📝 题目
例 11 设 $f\left( x\right)$ 在 $\left( {-\infty , + \infty }\right)$ 上二次连续可微,
$$ \left| {f\left( x\right) }\right| \leq 1,\;{\left| f\left( 0\right) \right| }^{2} + {\left| {f}^{\prime }\left( 0\right) \right| }^{2} = 4. $$
求证: $\exists \xi \in \mathbf{R}$ ,使得 $f\left( \xi \right) + {f}^{\prime \prime }\left( \xi \right) = 0$ .
💡 答案与解析
证 考虑函数 $F\left( x\right) \overset{\text{ 定义 }}{ = }{\left| f\left( x\right) \right| }^{2} + {\left| {f}^{\prime }\left( x\right) \right| }^{2}$ ,则 $F\left( 0\right) = 4$ ,
$$ {F}^{\prime }\left( x\right) = 2{f}^{\prime }\left( x\right) \left\lbrack {f\left( x\right) + {f}^{\prime \prime }\left( x\right) }\right\rbrack . $$
为了证明结论,只要找到一个点 $\xi$ ,它既是 ${F}^{\prime }\left( x\right)$ 的零点,又是 ${f}^{\prime }\left( x\right)$ 的非零点就行了.
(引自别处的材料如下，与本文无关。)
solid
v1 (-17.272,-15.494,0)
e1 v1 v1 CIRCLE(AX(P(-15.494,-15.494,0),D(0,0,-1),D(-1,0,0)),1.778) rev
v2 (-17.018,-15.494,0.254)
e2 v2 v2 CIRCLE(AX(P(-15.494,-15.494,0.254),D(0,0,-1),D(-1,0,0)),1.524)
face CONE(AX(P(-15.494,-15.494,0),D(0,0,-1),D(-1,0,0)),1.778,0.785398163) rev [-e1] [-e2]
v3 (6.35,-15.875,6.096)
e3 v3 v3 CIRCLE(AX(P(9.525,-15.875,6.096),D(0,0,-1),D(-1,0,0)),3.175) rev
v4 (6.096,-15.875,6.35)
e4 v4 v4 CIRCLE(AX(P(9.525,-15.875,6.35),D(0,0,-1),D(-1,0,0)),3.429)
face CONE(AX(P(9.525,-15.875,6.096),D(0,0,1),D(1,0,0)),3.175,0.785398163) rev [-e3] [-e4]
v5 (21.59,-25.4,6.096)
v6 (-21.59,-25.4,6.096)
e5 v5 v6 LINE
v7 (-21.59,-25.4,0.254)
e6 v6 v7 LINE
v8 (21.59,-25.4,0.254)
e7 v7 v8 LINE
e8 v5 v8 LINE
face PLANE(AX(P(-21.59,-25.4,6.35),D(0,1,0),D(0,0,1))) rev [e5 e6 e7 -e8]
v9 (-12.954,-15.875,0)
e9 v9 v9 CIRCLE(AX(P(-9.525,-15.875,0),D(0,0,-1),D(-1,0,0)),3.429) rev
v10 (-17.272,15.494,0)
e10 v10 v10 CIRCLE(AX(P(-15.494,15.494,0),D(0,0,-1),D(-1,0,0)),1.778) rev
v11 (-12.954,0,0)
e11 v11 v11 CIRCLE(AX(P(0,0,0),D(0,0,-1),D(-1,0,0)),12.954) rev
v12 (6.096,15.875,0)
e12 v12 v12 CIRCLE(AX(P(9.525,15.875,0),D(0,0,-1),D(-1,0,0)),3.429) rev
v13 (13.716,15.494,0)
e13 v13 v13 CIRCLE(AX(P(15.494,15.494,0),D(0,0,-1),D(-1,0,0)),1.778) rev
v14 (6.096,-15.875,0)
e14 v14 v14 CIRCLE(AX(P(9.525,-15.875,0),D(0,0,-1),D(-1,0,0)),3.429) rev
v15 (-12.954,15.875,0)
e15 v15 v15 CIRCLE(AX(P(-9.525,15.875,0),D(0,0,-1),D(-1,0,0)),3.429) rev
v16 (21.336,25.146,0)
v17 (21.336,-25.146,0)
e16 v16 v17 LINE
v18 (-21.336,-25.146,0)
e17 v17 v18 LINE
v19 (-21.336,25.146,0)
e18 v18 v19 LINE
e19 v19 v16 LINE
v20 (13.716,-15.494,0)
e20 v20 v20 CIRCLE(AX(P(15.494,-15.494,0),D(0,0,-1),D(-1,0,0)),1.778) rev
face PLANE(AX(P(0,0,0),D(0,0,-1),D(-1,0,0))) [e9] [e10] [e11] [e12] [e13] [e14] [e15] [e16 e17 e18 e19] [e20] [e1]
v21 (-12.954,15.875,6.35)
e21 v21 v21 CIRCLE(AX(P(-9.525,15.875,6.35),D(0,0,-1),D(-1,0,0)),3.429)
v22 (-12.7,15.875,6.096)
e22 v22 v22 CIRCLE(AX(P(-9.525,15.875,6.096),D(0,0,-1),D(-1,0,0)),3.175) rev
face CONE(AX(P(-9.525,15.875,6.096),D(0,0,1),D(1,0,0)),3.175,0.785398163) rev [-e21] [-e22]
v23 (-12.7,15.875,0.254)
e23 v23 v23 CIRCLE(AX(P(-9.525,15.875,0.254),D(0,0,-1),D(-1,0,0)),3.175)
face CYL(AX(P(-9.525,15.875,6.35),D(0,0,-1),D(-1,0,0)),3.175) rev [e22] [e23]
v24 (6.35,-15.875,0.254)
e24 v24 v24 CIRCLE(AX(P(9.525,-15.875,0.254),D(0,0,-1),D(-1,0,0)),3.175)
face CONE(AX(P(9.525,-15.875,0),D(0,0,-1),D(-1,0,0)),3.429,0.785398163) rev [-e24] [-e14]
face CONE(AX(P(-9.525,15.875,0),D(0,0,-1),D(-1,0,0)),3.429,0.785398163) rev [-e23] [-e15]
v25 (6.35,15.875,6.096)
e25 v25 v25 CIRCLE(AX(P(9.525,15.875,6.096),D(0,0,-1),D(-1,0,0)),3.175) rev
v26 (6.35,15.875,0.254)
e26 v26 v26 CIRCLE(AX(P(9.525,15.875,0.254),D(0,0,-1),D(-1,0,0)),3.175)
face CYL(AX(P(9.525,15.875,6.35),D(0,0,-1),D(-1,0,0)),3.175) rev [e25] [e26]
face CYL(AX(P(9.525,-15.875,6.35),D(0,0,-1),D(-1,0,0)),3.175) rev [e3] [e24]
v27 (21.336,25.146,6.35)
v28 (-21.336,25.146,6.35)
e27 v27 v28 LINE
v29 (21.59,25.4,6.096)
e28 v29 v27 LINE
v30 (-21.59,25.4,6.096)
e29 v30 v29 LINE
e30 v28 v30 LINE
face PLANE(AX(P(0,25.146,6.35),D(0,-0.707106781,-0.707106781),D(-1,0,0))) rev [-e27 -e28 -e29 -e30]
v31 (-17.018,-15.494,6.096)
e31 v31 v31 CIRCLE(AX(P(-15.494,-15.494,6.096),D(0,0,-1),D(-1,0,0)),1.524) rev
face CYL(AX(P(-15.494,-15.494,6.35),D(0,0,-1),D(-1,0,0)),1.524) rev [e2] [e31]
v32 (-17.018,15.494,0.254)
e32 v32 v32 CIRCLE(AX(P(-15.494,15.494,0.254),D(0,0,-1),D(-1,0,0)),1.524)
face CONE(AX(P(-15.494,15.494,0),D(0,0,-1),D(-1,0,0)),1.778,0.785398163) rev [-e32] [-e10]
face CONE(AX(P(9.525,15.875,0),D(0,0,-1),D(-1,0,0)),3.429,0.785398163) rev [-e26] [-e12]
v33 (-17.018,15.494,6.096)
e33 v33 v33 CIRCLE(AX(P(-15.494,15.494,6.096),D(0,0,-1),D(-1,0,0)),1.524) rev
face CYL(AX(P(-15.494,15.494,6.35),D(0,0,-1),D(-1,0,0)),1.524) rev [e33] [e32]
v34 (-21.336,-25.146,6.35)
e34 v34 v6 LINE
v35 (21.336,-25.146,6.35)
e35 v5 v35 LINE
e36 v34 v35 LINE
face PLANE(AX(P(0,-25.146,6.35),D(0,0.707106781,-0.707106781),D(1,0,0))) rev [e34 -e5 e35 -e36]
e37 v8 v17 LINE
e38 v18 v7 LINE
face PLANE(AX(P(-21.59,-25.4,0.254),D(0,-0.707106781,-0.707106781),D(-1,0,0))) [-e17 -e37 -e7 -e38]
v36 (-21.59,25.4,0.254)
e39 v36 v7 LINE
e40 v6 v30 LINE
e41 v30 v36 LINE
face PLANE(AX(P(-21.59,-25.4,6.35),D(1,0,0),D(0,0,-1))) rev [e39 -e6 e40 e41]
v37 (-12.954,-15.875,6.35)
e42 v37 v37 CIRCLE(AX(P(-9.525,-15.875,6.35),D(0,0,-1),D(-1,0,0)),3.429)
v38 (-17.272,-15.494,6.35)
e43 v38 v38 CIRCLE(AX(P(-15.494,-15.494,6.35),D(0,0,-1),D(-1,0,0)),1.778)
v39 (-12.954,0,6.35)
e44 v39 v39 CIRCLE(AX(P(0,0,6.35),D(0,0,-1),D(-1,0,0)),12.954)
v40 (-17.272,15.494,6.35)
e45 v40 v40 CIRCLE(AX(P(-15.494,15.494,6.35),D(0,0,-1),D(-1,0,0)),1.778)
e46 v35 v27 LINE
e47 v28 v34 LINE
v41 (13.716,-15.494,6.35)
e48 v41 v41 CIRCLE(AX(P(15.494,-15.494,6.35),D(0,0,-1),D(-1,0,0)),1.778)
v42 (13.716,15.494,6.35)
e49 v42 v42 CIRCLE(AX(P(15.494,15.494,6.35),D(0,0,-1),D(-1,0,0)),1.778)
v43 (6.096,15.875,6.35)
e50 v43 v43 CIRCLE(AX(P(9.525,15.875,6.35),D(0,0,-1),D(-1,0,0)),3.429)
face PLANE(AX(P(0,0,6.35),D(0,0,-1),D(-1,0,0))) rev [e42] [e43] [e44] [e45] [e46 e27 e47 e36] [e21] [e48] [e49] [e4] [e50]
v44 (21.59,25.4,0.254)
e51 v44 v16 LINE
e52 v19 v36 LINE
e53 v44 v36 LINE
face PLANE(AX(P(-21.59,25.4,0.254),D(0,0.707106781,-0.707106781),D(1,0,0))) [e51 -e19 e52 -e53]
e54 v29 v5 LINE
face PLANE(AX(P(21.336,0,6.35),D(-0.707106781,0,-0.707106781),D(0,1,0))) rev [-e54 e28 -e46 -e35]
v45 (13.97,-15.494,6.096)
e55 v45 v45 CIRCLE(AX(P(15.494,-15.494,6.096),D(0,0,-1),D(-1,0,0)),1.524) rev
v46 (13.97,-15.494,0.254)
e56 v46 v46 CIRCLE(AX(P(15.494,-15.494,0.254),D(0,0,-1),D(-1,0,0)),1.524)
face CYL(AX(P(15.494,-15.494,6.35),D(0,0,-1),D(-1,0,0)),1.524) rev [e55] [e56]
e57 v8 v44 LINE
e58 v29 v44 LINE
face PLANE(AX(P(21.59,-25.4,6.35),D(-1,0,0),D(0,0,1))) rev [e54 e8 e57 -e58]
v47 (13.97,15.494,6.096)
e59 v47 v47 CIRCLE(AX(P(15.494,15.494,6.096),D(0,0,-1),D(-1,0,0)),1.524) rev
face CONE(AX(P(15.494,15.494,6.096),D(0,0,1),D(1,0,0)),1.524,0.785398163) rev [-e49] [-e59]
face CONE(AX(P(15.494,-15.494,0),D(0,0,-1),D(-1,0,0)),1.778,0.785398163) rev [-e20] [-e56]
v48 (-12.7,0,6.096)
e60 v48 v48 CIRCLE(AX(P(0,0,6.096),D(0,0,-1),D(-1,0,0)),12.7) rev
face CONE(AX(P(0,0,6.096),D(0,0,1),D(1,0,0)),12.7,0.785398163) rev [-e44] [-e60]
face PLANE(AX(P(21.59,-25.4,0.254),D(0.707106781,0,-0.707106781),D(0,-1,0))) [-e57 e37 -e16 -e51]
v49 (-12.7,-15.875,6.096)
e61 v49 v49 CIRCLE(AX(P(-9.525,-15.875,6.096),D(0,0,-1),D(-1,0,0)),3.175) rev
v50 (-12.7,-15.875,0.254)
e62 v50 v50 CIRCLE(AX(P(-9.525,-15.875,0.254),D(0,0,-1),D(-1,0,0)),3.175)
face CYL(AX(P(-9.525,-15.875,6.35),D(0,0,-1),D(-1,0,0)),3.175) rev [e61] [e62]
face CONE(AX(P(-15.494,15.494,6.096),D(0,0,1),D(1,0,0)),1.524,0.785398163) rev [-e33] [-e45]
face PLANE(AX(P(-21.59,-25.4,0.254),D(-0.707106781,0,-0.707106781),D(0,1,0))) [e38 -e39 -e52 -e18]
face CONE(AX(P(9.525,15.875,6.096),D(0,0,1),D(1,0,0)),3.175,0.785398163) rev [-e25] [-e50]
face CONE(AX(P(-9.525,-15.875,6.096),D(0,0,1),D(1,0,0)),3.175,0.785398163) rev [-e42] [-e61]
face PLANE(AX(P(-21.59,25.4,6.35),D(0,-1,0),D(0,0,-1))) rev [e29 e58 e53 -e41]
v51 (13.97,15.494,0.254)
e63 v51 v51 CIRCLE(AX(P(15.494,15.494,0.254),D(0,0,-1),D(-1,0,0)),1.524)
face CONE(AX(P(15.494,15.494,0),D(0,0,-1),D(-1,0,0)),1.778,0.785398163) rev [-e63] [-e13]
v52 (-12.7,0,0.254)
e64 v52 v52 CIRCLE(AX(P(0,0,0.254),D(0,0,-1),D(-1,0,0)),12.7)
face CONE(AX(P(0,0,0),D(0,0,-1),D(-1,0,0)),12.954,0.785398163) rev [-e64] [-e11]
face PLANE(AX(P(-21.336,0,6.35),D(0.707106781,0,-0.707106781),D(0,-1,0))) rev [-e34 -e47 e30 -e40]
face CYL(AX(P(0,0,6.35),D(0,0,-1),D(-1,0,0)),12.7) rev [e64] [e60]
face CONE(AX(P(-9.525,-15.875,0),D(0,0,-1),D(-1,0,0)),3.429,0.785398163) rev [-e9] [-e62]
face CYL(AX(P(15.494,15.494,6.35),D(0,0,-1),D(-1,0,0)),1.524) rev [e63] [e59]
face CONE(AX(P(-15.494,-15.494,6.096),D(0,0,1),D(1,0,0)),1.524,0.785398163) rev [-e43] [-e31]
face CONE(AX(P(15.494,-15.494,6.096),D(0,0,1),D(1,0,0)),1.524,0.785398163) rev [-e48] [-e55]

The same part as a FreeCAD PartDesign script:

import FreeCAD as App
import Part
import Sketcher

V = App.Vector
Q = App.Units.Quantity


def edges_at(feature, points):
    """Names of the edges that pass closest to the given points."""
    edges = feature.Shape.Edges
    near = lambda p: min(range(len(edges)), key=lambda i: edges[i].distToShape(Part.Vertex(*p))[0])
    return sorted({f"Edge{near(p) + 1}" for p in points})


def add_polygon(sketch, points):
    """Adds a closed chain of lines whose ends are joined by coincident constraints."""
    first, n = sketch.GeometryCount, len(points)
    for a, b in zip(points, points[1:] + points[:1]):
        sketch.addGeometry(Part.LineSegment(App.Vector(*a, 0), App.Vector(*b, 0)), False)
    for i in range(n):
        sketch.addConstraint(Sketcher.Constraint("Coincident", first + i, 2, first + (i + 1) % n, 1))

doc = App.newDocument("Part")
body = doc.addObject("PartDesign::Body", "Body")

# Sketch on XY plane
sketch1 = body.newObject("Sketcher::SketchObject", "Sketch")
sketch1.AttachmentSupport = (doc.getObject("XY_Plane"), [""])
sketch1.MapMode = "FlatFace"
add_polygon(sketch1, [(-21.6, 25.4), (-21.6, -25.4), (21.6, -25.4), (21.6, 25.4)])  # lines 0-3
sketch1.addGeometry(Part.Circle(V(-15.5, -15.5, 0), V(0, 0, 1), 1.5), False)  # 4
sketch1.addGeometry(Part.Circle(V(-9.5, -15.9, 0), V(0, 0, 1), 3.2), False)  # 5
sketch1.addGeometry(Part.Circle(V(9.5, -15.9, 0), V(0, 0, 1), 3.2), False)  # 6
sketch1.addGeometry(Part.Circle(V(15.5, -15.5, 0), V(0, 0, 1), 1.5), False)  # 7
sketch1.addGeometry(Part.Circle(V(-15.5, 15.5, 0), V(0, 0, 1), 1.5), False)  # 8
sketch1.addGeometry(Part.Circle(V(-9.5, 15.9, 0), V(0, 0, 1), 3.2), False)  # 9
sketch1.addGeometry(Part.Circle(V(0, 0, 0), V(0, 0, 1), 12.7), False)  # 10
sketch1.addGeometry(Part.Circle(V(9.5, 15.9, 0), V(0, 0, 1), 3.2), False)  # 11
sketch1.addGeometry(Part.Circle(V(15.5, 15.5, 0), V(0, 0, 1), 1.5), False)  # 12
sketch1.addConstraint([
    Sketcher.Constraint("Vertical", 0),
    Sketcher.Constraint("Horizontal", 1),
    Sketcher.Constraint("Vertical", 2),
    Sketcher.Constraint("Horizontal", 3),
    Sketcher.Constraint("Coincident", 10, 3, -1, 1),
    Sketcher.Constraint("Equal", 5, 6),
    Sketcher.Constraint("Equal", 4, 7),
    Sketcher.Constraint("Equal", 7, 8),
    Sketcher.Constraint("Equal", 6, 9),
    Sketcher.Constraint("Equal", 9, 11),
    Sketcher.Constraint("Equal", 8, 12),
    Sketcher.Constraint("Symmetric", 7, 3, 8, 3, -1, 1),
    Sketcher.Constraint("Symmetric", 6, 3, 9, 3, -1, 1),
    Sketcher.Constraint("Symmetric", 5, 3, 11, 3, -1, 1),
    Sketcher.Constraint("Symmetric", 4, 3, 12, 3, -1, 1),
    Sketcher.Constraint("Symmetric", 0, 2, 2, 2, -1, 1),
    Sketcher.Constraint("Symmetric", 5, 3, 6, 3, -2),
    Sketcher.Constraint("Symmetric", 4, 3, 7, 3, -2),
    Sketcher.Constraint("Diameter", 10, Q("1 in")),
    Sketcher.Constraint("Diameter", 4, Q("0.12 in")),
    Sketcher.Constraint("Diameter", 5, Q("0.25 in")),
    Sketcher.Constraint("DistanceY", 0, 2, 0, 1, Q("2 in")),
    Sketcher.Constraint("DistanceX", 1, 1, 1, 2, Q("1.7 in")),
    Sketcher.Constraint("DistanceX", 4, 3, -1, 1, Q("0.61 in")),
    Sketcher.Constraint("DistanceY", 4, 3, -1, 1, Q("0.61 in")),
    Sketcher.Constraint("DistanceX", 5, 3, 6, 3, Q("0.75 in")),
    Sketcher.Constraint("DistanceY", 5, 3, 9, 3, Q("1.25 in")),
])
pad1 = body.newObject("PartDesign::Pad", "Pad")
pad1.Profile = sketch1
pad1.Length = Q("0.25 in")
doc.recompute()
$\forall X > 0$ ,由题设 $\left| {f\left( x\right) }\right| \leq 1$ ,利用微分中值定理, $\exists {\xi }_{1} \in \left( {-X,0}\right)$ 及 ${\xi }_{2} \in \left( {0,X}\right)$ ,使得
$$ \left| {{f}^{\prime }\left( {\xi }_{1}\right) }\right| = \left| \frac{f\left( 0\right) - f\left( {-X}\right) }{X}\right| \leq \frac{2}{X}, $$
$$ \left| {{f}^{\prime }\left( {\xi }_{2}\right) }\right| = \left| \frac{f\left( X\right) - f\left( 0\right) }{X}\right| \leq \frac{2}{X}. $$
由此可见,如果取 $X = 2$ ,那么
$$ \max \left( {F\left( {\xi }_{1}\right) ,F\left( {\xi }_{2}\right) }\right) \leq 1 + \frac{4}{{X}^{2}} = 2 < F\left( 0\right) . $$
因此 $\exists \xi \in \left( {{\xi }_{1},{\xi }_{2}}\right)$ ,使得 $F\left( \xi \right) = \mathop{\max }\limits_{{{\xi }_{1} \leq x \leq {\xi }_{2}}}F\left( x\right)$ . 因为 $\xi$ 是极值点,所以 ${F}^{\prime }\left( \xi \right) = 0$ . 另外
$$ {\left| {f}^{\prime }\left( \xi \right) \right| }^{2} = F\left( \xi \right) - {\left| f\left( \xi \right) \right| }^{2} \geq F\left( 0\right) - 1 = 3, $$
所以 ${f}^{\prime }\left( \xi \right) \neq 0$ . 于是有 $f\left( \xi \right) + {f}^{\prime \prime }\left( \xi \right) = \frac{{F}^{\prime }\left( \xi \right) }{2{f}^{\prime }\left( \xi \right) } = 0$ .